A Way to Objectively Measure Residents’ Surgical Skills? No Sweat

surgery
MU researchers use levels of skin perspiration to assess surgeons’ stress during surgery.

Post-graduate physician training, known as residency, develops skills and expertise within a medical specialty. During five to seven years of surgical training, medical school professors determine the level of clinical competency, confidence and decision-making skills of each resident physician through personal observations. However, a recent study at the University of Missouri School of Medicine has shown that levels of perspiration can provide an objective evaluation of the surgical skills of resident physicians.

Jacob Quick, MD
Jacob Quick, MD

“Within surgical education, skill evaluation is based on a subjective assessment, which essentially is a gut feeling,” said Jacob Quick, MD, assistant professor of acute care surgery at the MU School of Medicine and lead author of the study. “There is a need for an objective, impartial way to determine surgical ability and a resident’s capacity to operate independently. We monitored electrodermal activity during actual surgical procedures. We hypothesized that as training progressed, resident responses to the stress of performing surgical procedures would decline in relationship to their experience level.”

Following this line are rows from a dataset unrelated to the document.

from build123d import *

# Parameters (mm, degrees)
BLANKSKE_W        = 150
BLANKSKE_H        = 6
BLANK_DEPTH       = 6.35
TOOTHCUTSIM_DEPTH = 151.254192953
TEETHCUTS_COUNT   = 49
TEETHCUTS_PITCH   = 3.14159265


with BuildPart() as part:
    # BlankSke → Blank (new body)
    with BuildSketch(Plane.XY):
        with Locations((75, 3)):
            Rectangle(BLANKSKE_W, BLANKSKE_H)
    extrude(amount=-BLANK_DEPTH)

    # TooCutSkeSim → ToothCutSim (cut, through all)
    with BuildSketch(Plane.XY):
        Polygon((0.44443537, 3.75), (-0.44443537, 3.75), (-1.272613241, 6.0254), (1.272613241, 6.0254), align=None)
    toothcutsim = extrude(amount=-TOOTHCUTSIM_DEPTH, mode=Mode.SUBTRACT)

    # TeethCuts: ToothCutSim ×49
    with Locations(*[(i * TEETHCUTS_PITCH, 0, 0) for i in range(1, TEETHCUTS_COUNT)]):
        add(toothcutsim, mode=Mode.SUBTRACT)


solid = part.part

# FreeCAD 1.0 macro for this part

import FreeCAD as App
import Part
import Sketcher
Q = App.Units.Quantity


def add_polygon(sketch, points):
    """Adds a closed chain of lines whose ends are joined by coincident constraints."""
    first, n = sketch.GeometryCount, len(points)
    for a, b in zip(points, points[1:] + points[:1]):
        sketch.addGeometry(Part.LineSegment(App.Vector(*a, 0), App.Vector(*b, 0)), False)
    for i in range(n):
        sketch.addConstraint(Sketcher.Constraint("Coincident", first + i, 2, first + (i + 1) % n, 1))

doc = App.newDocument("Part")
body = doc.addObject("PartDesign::Body", "Body")

# Sketch on XY plane
sketch1 = body.newObject("Sketcher::SketchObject", "Sketch")
sketch1.AttachmentSupport = (doc.getObject("XY_Plane"), [""])
sketch1.MapMode = "FlatFace"
add_polygon(sketch1, [(0, 6), (0, 0), (150, 0), (150, 6)])  # lines 0-3
sketch1.addConstraint([
    Sketcher.Constraint("Vertical", 0),
    Sketcher.Constraint("Horizontal", 1),
    Sketcher.Constraint("Vertical", 2),
    Sketcher.Constraint("Horizontal", 3),
    Sketcher.Constraint("Coincident", 0, 2, -1, 1),
    Sketcher.Constraint("DistanceX", 1, 1, 1, 2, 150.0),
    Sketcher.Constraint("DistanceY", 0, 2, 0, 1, 6.0),
])
pad1 = body.newObject("PartDesign::Pad", "Pad")
pad1.Profile = sketch1
pad1.Length = 6.35
pad1.Reversed = True

# Sketch on XY plane
sketch2 = body.newObject("Sketcher::SketchObject", "Sketch001")
sketch2.AttachmentSupport = (doc.getObject("XY_Plane"), [""])
sketch2.MapMode = "FlatFace"
add_polygon(sketch2, [(-0.4, 3.8), (0.4, 3.8), (1.3, 6), (-1.3, 6)])  # lines 0-3
sketch2.addConstraint([
    Sketcher.Constraint("Horizontal", 0),
    Sketcher.Constraint("Horizontal", 2),
    Sketcher.Constraint("Equal", 1, 3),
    Sketcher.Constraint("Angle", 1, Q("70 deg")),
    Sketcher.Constraint("DistanceY", -1, 1, 0, 2, 3.75),
    Sketcher.Constraint("DistanceX", 0, 1, 0, 2, 0.888871),
    Sketcher.Constraint("DistanceY", -1, 1, 1, 2, 6.0254),
    Sketcher.Constraint("DistanceX", -1, 1, 0, 2, 0.444435),
])
pocket1 = body.newObject("PartDesign::Pocket", "Pocket")
pocket1.Profile = sketch2
pocket1.Type = "ThroughAll"
doc.recompute()

linearpattern = body.newObject("PartDesign::LinearPattern", "LinearPattern")
linearpattern.Originals = [pocket1]
linearpattern.Direction = (doc.getObject("X_Axis"), [""])
linearpattern.Mode = "offset"
linearpattern.Offset = 3.141593
linearpattern.Occurrences = 49
body.Tip = linearpattern

doc.recompute()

Electrodermal activity, or EDA, is a method of measuring electrical characteristics of the skin. The amount of electrical activity conducted across skin is related to psychological or physiological stimulation. As this increases, glands controlled by the sympathetic nervous system are activated and produce sweat. Because water is a good conductor of electrical activity, sweat can be used to measure emotional and sympathetic responses to stress.

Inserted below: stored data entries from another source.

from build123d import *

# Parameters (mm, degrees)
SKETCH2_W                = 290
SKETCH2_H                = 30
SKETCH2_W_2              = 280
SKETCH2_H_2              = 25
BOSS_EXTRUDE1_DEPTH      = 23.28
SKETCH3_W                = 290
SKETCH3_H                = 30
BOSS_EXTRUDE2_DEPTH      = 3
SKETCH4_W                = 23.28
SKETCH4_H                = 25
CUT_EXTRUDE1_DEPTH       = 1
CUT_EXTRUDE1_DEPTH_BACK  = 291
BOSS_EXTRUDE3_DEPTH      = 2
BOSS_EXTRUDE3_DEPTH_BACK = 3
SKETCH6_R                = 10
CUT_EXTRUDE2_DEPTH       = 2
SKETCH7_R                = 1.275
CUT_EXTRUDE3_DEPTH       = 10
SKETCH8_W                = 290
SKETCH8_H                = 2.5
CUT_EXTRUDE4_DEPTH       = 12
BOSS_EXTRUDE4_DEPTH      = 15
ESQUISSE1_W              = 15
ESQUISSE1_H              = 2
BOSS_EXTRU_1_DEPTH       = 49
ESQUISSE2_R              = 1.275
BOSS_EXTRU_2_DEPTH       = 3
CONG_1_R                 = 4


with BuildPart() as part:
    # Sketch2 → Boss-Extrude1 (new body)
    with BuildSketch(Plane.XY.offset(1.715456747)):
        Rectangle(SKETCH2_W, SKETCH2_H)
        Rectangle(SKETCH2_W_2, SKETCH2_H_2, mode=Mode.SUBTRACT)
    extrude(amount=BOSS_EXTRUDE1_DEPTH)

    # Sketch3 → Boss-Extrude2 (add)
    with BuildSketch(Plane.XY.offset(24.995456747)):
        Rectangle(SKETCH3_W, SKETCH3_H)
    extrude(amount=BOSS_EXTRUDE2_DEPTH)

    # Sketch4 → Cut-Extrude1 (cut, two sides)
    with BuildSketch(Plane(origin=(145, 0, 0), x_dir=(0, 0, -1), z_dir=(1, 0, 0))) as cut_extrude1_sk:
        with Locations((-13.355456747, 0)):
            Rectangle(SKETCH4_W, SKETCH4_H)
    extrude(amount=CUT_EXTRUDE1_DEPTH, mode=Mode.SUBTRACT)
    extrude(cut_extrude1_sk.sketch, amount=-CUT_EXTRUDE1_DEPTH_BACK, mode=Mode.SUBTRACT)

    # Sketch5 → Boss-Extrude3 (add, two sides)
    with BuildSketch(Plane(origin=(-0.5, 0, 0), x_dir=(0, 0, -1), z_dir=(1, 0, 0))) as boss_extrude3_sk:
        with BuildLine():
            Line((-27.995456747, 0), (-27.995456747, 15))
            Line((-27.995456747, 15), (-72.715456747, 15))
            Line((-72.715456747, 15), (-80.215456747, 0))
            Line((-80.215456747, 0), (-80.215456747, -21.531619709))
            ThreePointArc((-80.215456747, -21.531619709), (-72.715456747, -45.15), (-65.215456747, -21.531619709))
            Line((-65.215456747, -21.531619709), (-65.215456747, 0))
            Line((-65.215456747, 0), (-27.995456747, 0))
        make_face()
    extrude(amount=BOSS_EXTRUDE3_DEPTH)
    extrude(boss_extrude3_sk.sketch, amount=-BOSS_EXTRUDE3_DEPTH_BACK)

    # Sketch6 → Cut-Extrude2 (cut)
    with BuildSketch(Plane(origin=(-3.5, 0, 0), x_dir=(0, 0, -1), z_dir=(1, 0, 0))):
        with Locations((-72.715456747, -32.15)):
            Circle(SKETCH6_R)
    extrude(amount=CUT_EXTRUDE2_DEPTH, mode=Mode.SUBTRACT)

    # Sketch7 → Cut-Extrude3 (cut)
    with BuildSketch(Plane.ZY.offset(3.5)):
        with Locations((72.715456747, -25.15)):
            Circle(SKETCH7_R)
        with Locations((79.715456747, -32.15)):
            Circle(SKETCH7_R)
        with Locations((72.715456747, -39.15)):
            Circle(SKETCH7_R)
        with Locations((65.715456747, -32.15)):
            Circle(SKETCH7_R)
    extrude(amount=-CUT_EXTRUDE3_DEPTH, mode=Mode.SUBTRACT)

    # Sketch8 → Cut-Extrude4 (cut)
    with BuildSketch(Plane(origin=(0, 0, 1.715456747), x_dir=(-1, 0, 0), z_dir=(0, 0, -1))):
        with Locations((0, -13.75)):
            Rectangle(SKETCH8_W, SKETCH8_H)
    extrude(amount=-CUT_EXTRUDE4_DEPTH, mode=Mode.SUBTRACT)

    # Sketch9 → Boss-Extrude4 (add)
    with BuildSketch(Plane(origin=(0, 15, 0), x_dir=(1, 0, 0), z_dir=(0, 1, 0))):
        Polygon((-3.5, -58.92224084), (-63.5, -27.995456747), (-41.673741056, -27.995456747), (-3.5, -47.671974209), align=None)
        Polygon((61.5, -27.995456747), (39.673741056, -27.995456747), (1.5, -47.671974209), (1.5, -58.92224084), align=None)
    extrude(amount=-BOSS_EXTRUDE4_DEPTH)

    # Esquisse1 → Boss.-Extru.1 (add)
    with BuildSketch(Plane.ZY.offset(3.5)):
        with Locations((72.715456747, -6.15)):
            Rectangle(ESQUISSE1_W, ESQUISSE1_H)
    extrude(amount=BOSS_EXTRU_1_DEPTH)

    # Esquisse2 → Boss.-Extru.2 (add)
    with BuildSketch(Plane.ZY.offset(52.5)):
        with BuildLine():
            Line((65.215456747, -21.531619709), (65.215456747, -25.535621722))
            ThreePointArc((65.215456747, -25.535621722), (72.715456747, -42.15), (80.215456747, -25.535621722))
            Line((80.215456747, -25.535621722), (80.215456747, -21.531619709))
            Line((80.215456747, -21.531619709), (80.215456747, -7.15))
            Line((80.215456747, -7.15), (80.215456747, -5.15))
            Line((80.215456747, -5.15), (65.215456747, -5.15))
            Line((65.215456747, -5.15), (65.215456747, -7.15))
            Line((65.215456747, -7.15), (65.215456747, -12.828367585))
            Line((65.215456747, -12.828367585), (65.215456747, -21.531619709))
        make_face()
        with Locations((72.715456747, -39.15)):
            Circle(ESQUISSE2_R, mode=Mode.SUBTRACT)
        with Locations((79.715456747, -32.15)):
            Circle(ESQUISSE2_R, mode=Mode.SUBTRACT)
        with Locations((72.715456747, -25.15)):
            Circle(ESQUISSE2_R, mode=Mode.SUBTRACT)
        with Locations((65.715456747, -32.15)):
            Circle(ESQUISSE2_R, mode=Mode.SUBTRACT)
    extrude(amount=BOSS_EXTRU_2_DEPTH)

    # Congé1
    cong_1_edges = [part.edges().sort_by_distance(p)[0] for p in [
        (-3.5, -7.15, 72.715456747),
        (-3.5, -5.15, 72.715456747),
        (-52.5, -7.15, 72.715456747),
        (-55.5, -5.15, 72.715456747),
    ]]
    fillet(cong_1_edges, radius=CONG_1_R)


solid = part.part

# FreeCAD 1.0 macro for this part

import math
import FreeCAD as App
import Part
import Sketcher

V = App.Vector


def edges_at(feature, points):
    """Names of the edges that pass closest to the given points."""
    edges = feature.Shape.Edges
    near = lambda p: min(range(len(edges)), key=lambda i: edges[i].distToShape(Part.Vertex(*p))[0])
    return sorted({f"Edge{near(p) + 1}" for p in points})


def add_polygon(sketch, points):
    """Adds a closed chain of lines whose ends are joined by coincident constraints."""
    first, n = sketch.GeometryCount, len(points)
    for a, b in zip(points, points[1:] + points[:1]):
        sketch.addGeometry(Part.LineSegment(App.Vector(*a, 0), App.Vector(*b, 0)), False)
    for i in range(n):
        sketch.addConstraint(Sketcher.Constraint("Coincident", first + i, 2, first + (i + 1) % n, 1))

doc = App.newDocument("Part")
body = doc.addObject("PartDesign::Body", "Body")

sketch1 = body.newObject("Sketcher::SketchObject", "Sketch")
sketch1.AttachmentSupport = (doc.getObject("XY_Plane"), [""])
sketch1.MapMode = "FlatFace"
sketch1.AttachmentOffset = App.Placement(V(0, 0, 1.715457), App.Rotation())
add_polygon(sketch1, [(-145, 15), (-145, -15), (145, -15), (145, 15)])
add_polygon(sketch1, [(140, -12.5), (-140, -12.5), (-140, 12.5), (140, 12.5)])
sketch1.addConstraint(Sketcher.Constraint("Vertical", 0))
sketch1.addConstraint(Sketcher.Constraint("Horizontal", 1))
sketch1.addConstraint(Sketcher.Constraint("Vertical", 2))
sketch1.addConstraint(Sketcher.Constraint("Horizontal", 3))
sketch1.addConstraint(Sketcher.Constraint("Horizontal", 4))
sketch1.addConstraint(Sketcher.Constraint("Vertical", 5))
sketch1.addConstraint(Sketcher.Constraint("Horizontal", 6))
sketch1.addConstraint(Sketcher.Constraint("Vertical", 7))
sketch1.addConstraint(Sketcher.Constraint("Symmetric", 0, 2, 2, 2, -1, 1))
sketch1.addConstraint(Sketcher.Constraint("Symmetric", 4, 2, 6, 2, -1, 1))
sketch1.addConstraint(Sketcher.Constraint("DistanceX", 1, 1, 1, 2, 290.0))
sketch1.addConstraint(Sketcher.Constraint("DistanceX", 4, 2, 4, 1, 280.0))
sketch1.addConstraint(Sketcher.Constraint("DistanceY", 0, 2, 0, 1, 30.0))
sketch1.addConstraint(Sketcher.Constraint("DistanceY", 5, 1, 5, 2, 25.0))
pad1 = body.newObject("PartDesign::Pad", "Pad")
pad1.Profile = sketch1
pad1.Length = 23.28

sketch2 = body.newObject("Sketcher::SketchObject", "Sketch001")
sketch2.AttachmentSupport = (doc.getObject("XY_Plane"), [""])
sketch2.MapMode = "FlatFace"
sketch2.AttachmentOffset = App.Placement(V(0, 0, 24.995457), App.Rotation())
add_polygon(sketch2, [(-145, 15), (-145, -15), (145, -15), (145, 15)])
sketch2.addConstraint(Sketcher.Constraint("Vertical", 0))
sketch2.addConstraint(Sketcher.Constraint("Horizontal", 1))
sketch2.addConstraint(Sketcher.Constraint("Vertical", 2))
sketch2.addConstraint(Sketcher.Constraint("Horizontal", 3))
sketch2.addConstraint(Sketcher.Constraint("Symmetric", 0, 2, 2, 2, -1, 1))
sketch2.addConstraint(Sketcher.Constraint("DistanceX", 1, 1, 1, 2, 290.0))
sketch2.addConstraint(Sketcher.Constraint("DistanceY", 0, 2, 0, 1, 30.0))
pad2 = body.newObject("PartDesign::Pad", "Pad001")
pad2.Profile = sketch2
pad2.Length = 3

sketch3 = body.newObject("Sketcher::SketchObject", "Sketch002")
sketch3.AttachmentSupport = (doc.getObject("YZ_Plane"), [""])
sketch3.MapMode = "FlatFace"
sketch3.AttachmentOffset = App.Placement(V(0, 0, 145), App.Rotation())
add_polygon(sketch3, [(12.5, 24.995457), (-12.5, 24.995457), (-12.5, 1.715457), (12.5, 1.715457)])
sketch3.addConstraint(Sketcher.Constraint("Horizontal", 0))
sketch3.addConstraint(Sketcher.Constraint("Vertical", 1))
sketch3.addConstraint(Sketcher.Constraint("Horizontal", 2))
sketch3.addConstraint(Sketcher.Constraint("Vertical", 3))
sketch3.addConstraint(Sketcher.Constraint("DistanceX", 0, 2, 0, 1, 25.0))
sketch3.addConstraint(Sketcher.Constraint("DistanceY", 1, 2, 1, 1, 23.28))
sketch3.addConstraint(Sketcher.Constraint("DistanceX", 0, 2, -1, 1, 12.5))
sketch3.addConstraint(Sketcher.Constraint("DistanceY", -1, 1, 0, 2, 24.995457))
pocket1 = body.newObject("PartDesign::Pocket", "Pocket")
pocket1.Profile = sketch3
pocket1.Type = "ThroughAll"
pocket1.Midplane = True

sketch4 = body.newObject("Sketcher::SketchObject", "Sketch003")
sketch4.AttachmentSupport = (doc.getObject("YZ_Plane"), [""])
sketch4.MapMode = "FlatFace"
sketch4.AttachmentOffset = App.Placement(V(0, 0, -0.5), App.Rotation())
sketch4.addGeometry(Part.LineSegment(V(0, 27.995457, 0), V(15, 27.995457, 0)), False)
sketch4.addGeometry(Part.LineSegment(V(15, 27.995457, 0), V(15, 72.715457, 0)), False)
sketch4.addGeometry(Part.LineSegment(V(15, 72.715457, 0), V(0, 80.215457, 0)), False)
sketch4.addGeometry(Part.LineSegment(V(0, 80.215457, 0), V(-21.53162, 80.215457, 0)), False)
sketch4.addGeometry(Part.ArcOfCircle(Part.Circle(V(-32.15, 72.715457, 0), V(0, 0, 1), 13), math.radians(35.234418), math.radians(324.765582)), False)
sketch4.addGeometry(Part.LineSegment(V(-21.53162, 65.215457, 0), V(0, 65.215457, 0)), False)
sketch4.addGeometry(Part.LineSegment(V(0, 65.215457, 0), V(0, 27.995457, 0)), False)
sketch4.addConstraint(Sketcher.Constraint("Coincident", 0, 2, 1, 1))
sketch4.addConstraint(Sketcher.Constraint("Coincident", 1, 2, 2, 1))
sketch4.addConstraint(Sketcher.Constraint("Coincident", 2, 2, 3, 1))
sketch4.addConstraint(Sketcher.Constraint("Coincident", 3, 2, 4, 1))
sketch4.addConstraint(Sketcher.Constraint("Coincident", 4, 2, 5, 1))
sketch4.addConstraint(Sketcher.Constraint("Coincident", 5, 2, 6, 1))
sketch4.addConstraint(Sketcher.Constraint("Coincident", 6, 2, 0, 1))
sketch4.addConstraint(Sketcher.Constraint("Horizontal", 0))
sketch4.addConstraint(Sketcher.Constraint("Vertical", 1))
sketch4.addConstraint(Sketcher.Constraint("Horizontal", 3))
sketch4.addConstraint(Sketcher.Constraint("Horizontal", 5))
sketch4.addConstraint(Sketcher.Constraint("Vertical", 6))
sketch4.addConstraint(Sketcher.Constraint("PointOnObject", 2, 2, -2))
sketch4.addConstraint(Sketcher.Constraint("PointOnObject", 5, 2, -2))
sketch4.addConstraint(Sketcher.Constraint("Horizontal", 4, 3, 1, 2))
sketch4.addConstraint(Sketcher.Constraint("Vertical", 3, 2, 4, 2))
sketch4.addConstraint(Sketcher.Constraint("Radius", 4, 13.0))
sketch4.addConstraint(Sketcher.Constraint("DistanceX", 0, 1, 0, 2, 15.0))
sketch4.addConstraint(Sketcher.Constraint("DistanceY", 4, 2, 3, 2, 15.0))
sketch4.addConstraint(Sketcher.Constraint("DistanceY", 1, 1, 1, 2, 44.72))
sketch4.addConstraint(Sketcher.Constraint("DistanceX", 4, 3, -1, 1, 32.15))
sketch4.addConstraint(Sketcher.Constraint("DistanceY", -1, 1, 4, 3, 72.715457))
pad3 = body.newObject("PartDesign::Pad", "Pad002")
pad3.Profile = sketch4
pad3.Type = "TwoLengths"
pad3.Length = 2
pad3.Length2 = 3

sketch5 = body.newObject("Sketcher::SketchObject", "Sketch004")
sketch5.AttachmentSupport = (doc.getObject("YZ_Plane"), [""])
sketch5.MapMode = "FlatFace"
sketch5.AttachmentOffset = App.Placement(V(0, 0, -3.5), App.Rotation())
sketch5.addGeometry(Part.Circle(V(-32.15, 72.715457, 0), V(0, 0, 1), 10), False)
sketch5.addConstraint(Sketcher.Constraint("Diameter", 0, 20.0))
sketch5.addConstraint(Sketcher.Constraint("DistanceX", 0, 3, -1, 1, 32.15))
sketch5.addConstraint(Sketcher.Constraint("DistanceY", -1, 1, 0, 3, 72.715457))
pocket2 = body.newObject("PartDesign::Pocket", "Pocket001")
pocket2.Profile = sketch5
pocket2.Length = 2
pocket2.Reversed = True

“Essentially, the more nervous we are, the more we sweat,” said Quick, who also serves as a trauma surgeon at MU Health Care. “The more we sweat, the more electrical activity is conducted across the skin. We used skin response sensors worn by residents to monitor their EDA while they performed laparoscopic gallbladder surgeries.”

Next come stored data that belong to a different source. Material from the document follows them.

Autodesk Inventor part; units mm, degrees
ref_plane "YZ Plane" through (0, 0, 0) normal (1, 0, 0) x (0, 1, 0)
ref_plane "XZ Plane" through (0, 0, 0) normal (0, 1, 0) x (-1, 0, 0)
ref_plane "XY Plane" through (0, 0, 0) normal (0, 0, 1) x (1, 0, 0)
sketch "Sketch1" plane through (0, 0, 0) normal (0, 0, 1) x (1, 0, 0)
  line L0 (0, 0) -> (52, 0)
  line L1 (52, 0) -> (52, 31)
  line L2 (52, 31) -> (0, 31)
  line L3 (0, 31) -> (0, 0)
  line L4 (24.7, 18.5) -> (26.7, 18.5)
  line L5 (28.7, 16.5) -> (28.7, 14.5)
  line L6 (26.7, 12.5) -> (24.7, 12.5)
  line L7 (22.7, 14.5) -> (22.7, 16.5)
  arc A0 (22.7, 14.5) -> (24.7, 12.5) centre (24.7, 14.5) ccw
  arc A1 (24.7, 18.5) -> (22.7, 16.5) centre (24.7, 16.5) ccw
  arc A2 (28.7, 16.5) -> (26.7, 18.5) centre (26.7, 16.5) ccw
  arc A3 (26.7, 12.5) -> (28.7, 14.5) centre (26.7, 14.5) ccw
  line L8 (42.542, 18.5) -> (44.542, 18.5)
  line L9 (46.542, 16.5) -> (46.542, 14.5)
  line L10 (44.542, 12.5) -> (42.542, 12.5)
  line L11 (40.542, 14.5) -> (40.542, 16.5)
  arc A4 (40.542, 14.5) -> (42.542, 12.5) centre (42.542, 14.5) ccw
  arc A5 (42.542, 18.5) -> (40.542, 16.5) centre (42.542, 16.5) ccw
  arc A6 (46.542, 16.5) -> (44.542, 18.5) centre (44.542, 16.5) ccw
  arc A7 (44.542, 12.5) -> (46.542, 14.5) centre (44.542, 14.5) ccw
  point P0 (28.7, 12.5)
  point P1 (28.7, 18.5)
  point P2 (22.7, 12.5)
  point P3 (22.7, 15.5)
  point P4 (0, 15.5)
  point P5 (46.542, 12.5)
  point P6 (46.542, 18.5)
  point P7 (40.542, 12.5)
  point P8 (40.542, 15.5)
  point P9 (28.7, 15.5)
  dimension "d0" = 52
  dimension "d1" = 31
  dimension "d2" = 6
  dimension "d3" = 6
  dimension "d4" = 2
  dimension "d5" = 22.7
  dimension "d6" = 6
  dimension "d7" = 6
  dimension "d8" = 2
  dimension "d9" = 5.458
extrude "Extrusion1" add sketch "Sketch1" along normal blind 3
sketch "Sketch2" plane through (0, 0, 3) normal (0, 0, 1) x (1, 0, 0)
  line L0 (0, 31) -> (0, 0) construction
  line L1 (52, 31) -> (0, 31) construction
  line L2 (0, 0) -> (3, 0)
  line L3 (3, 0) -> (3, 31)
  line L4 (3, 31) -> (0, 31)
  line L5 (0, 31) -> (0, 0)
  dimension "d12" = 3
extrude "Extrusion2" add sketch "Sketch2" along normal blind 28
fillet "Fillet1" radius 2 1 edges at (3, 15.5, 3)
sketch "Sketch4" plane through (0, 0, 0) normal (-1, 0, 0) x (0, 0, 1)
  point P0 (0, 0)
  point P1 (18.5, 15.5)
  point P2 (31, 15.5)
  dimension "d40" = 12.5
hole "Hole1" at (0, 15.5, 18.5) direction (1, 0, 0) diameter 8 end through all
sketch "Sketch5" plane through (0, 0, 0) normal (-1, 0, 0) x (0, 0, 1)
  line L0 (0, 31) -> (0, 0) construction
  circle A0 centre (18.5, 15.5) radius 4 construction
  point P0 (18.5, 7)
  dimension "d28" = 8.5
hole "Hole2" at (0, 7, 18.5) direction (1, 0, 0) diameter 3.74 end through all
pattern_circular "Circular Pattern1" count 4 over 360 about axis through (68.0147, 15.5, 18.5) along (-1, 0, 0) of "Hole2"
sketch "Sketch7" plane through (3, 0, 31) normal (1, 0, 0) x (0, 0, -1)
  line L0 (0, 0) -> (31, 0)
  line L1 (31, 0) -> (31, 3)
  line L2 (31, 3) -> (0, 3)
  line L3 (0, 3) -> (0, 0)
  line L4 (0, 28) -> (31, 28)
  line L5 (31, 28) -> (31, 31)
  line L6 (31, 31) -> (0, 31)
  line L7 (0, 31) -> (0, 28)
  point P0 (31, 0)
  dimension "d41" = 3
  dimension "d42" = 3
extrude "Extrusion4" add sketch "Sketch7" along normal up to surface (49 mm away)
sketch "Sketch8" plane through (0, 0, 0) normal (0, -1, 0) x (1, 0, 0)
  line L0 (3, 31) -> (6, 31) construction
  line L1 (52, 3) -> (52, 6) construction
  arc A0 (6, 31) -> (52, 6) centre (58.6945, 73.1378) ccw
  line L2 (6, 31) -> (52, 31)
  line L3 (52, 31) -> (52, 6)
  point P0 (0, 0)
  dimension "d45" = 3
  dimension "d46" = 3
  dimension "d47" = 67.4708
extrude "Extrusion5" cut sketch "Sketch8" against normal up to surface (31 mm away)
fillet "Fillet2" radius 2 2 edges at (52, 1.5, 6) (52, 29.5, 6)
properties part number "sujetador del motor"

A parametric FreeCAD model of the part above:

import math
import FreeCAD as App
import Part
import Sketcher

V = App.Vector
Q = App.Units.Quantity


def edges_at(feature, points):
    """Names of the edges that pass closest to the given points."""
    edges = feature.Shape.Edges
    near = lambda p: min(range(len(edges)), key=lambda i: edges[i].distToShape(Part.Vertex(*p))[0])
    return sorted({f"Edge{near(p) + 1}" for p in points})


def add_polygon(sketch, points):
    """Adds a closed chain of lines whose ends are joined by coincident constraints."""
    first, n = sketch.GeometryCount, len(points)
    for a, b in zip(points, points[1:] + points[:1]):
        sketch.addGeometry(Part.LineSegment(App.Vector(*a, 0), App.Vector(*b, 0)), False)
    for i in range(n):
        sketch.addConstraint(Sketcher.Constraint("Coincident", first + i, 2, first + (i + 1) % n, 1))

doc = App.newDocument("Part")
body = doc.addObject("PartDesign::Body", "Body")

# Sketch on XY plane
sketch1 = body.newObject("Sketcher::SketchObject", "Sketch")
sketch1.AttachmentSupport = (doc.getObject("XY_Plane"), [""])
sketch1.MapMode = "FlatFace"
add_polygon(sketch1, [(0, 31), (0, 0), (52, 0), (52, 31)])  # lines 0-3
sketch1.addGeometry(Part.ArcOfCircle(Part.Circle(V(24.7, 16.5, 0), V(0, 0, 1), 2), math.radians(90), math.radians(180)), False)  # 4
sketch1.addGeometry(Part.LineSegment(V(24.7, 18.5, 0), V(26.7, 18.5, 0)), False)  # 5
sketch1.addGeometry(Part.ArcOfCircle(Part.Circle(V(26.7, 16.5, 0), V(0, 0, 1), 2), math.radians(0), math.radians(90)), False)  # 6
sketch1.addGeometry(Part.LineSegment(V(28.7, 16.5, 0), V(28.7, 14.5, 0)), False)  # 7
sketch1.addGeometry(Part.ArcOfCircle(Part.Circle(V(26.7, 14.5, 0), V(0, 0, 1), 2), math.radians(-90), math.radians(0)), False)  # 8
sketch1.addGeometry(Part.LineSegment(V(26.7, 12.5, 0), V(24.7, 12.5, 0)), False)  # 9
sketch1.addGeometry(Part.ArcOfCircle(Part.Circle(V(24.7, 14.5, 0), V(0, 0, 1), 2), math.radians(180), math.radians(270)), False)  # 10
sketch1.addGeometry(Part.LineSegment(V(22.7, 14.5, 0), V(22.7, 16.5, 0)), False)  # 11
sketch1.addGeometry(Part.ArcOfCircle(Part.Circle(V(42.5, 16.5, 0), V(0, 0, 1), 2), math.radians(90), math.radians(180)), False)  # 12
sketch1.addGeometry(Part.LineSegment(V(42.5, 18.5, 0), V(44.5, 18.5, 0)), False)  # 13
sketch1.addGeometry(Part.ArcOfCircle(Part.Circle(V(44.5, 16.5, 0), V(0, 0, 1), 2), math.radians(0), math.radians(90)), False)  # 14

Fourteen general surgery residents and five faculty physicians participated in the study over an eight-month period. EDA responses were measured during each of the 130 surgical procedures monitored. The results were compared to determine common points during procedures where surgeons experienced different levels of EDA responses.

“Our initial findings indicated that at crucial points during the procedures, residents’ EDA increased as much as 20 times more than experienced faculty performing the same surgery,” Quick said. “However, over the course of the study, and as their proficiency developed, surgical residents’ EDA levels began to lower in accordance with their experience.”

Quick said that although the next step will be to add stop-action photography into the evaluation process to further explore objective assessments, EDA may not become a standard training option any time soon.

“This type of monitoring is relatively easy to accomplish,” Quick said. “It can be cost prohibitive, though. While the sensors are reusable, initial equipment costs can be as much as $10,000. Additionally, our study was limited to 14 resident physicians at a single medical center. However, this objective measure of surgical ability could have far-reaching implications on surgical education in the future.”

The study, “Objective Measurement of Clinical Competency in Surgical Education,” recently was published in the Journal of Surgical Education. Research reported in this publication was supported by the Association of Program Directors in Surgery and the Association for Surgical Education. The researchers have no conflicts of interest to declare related to this study.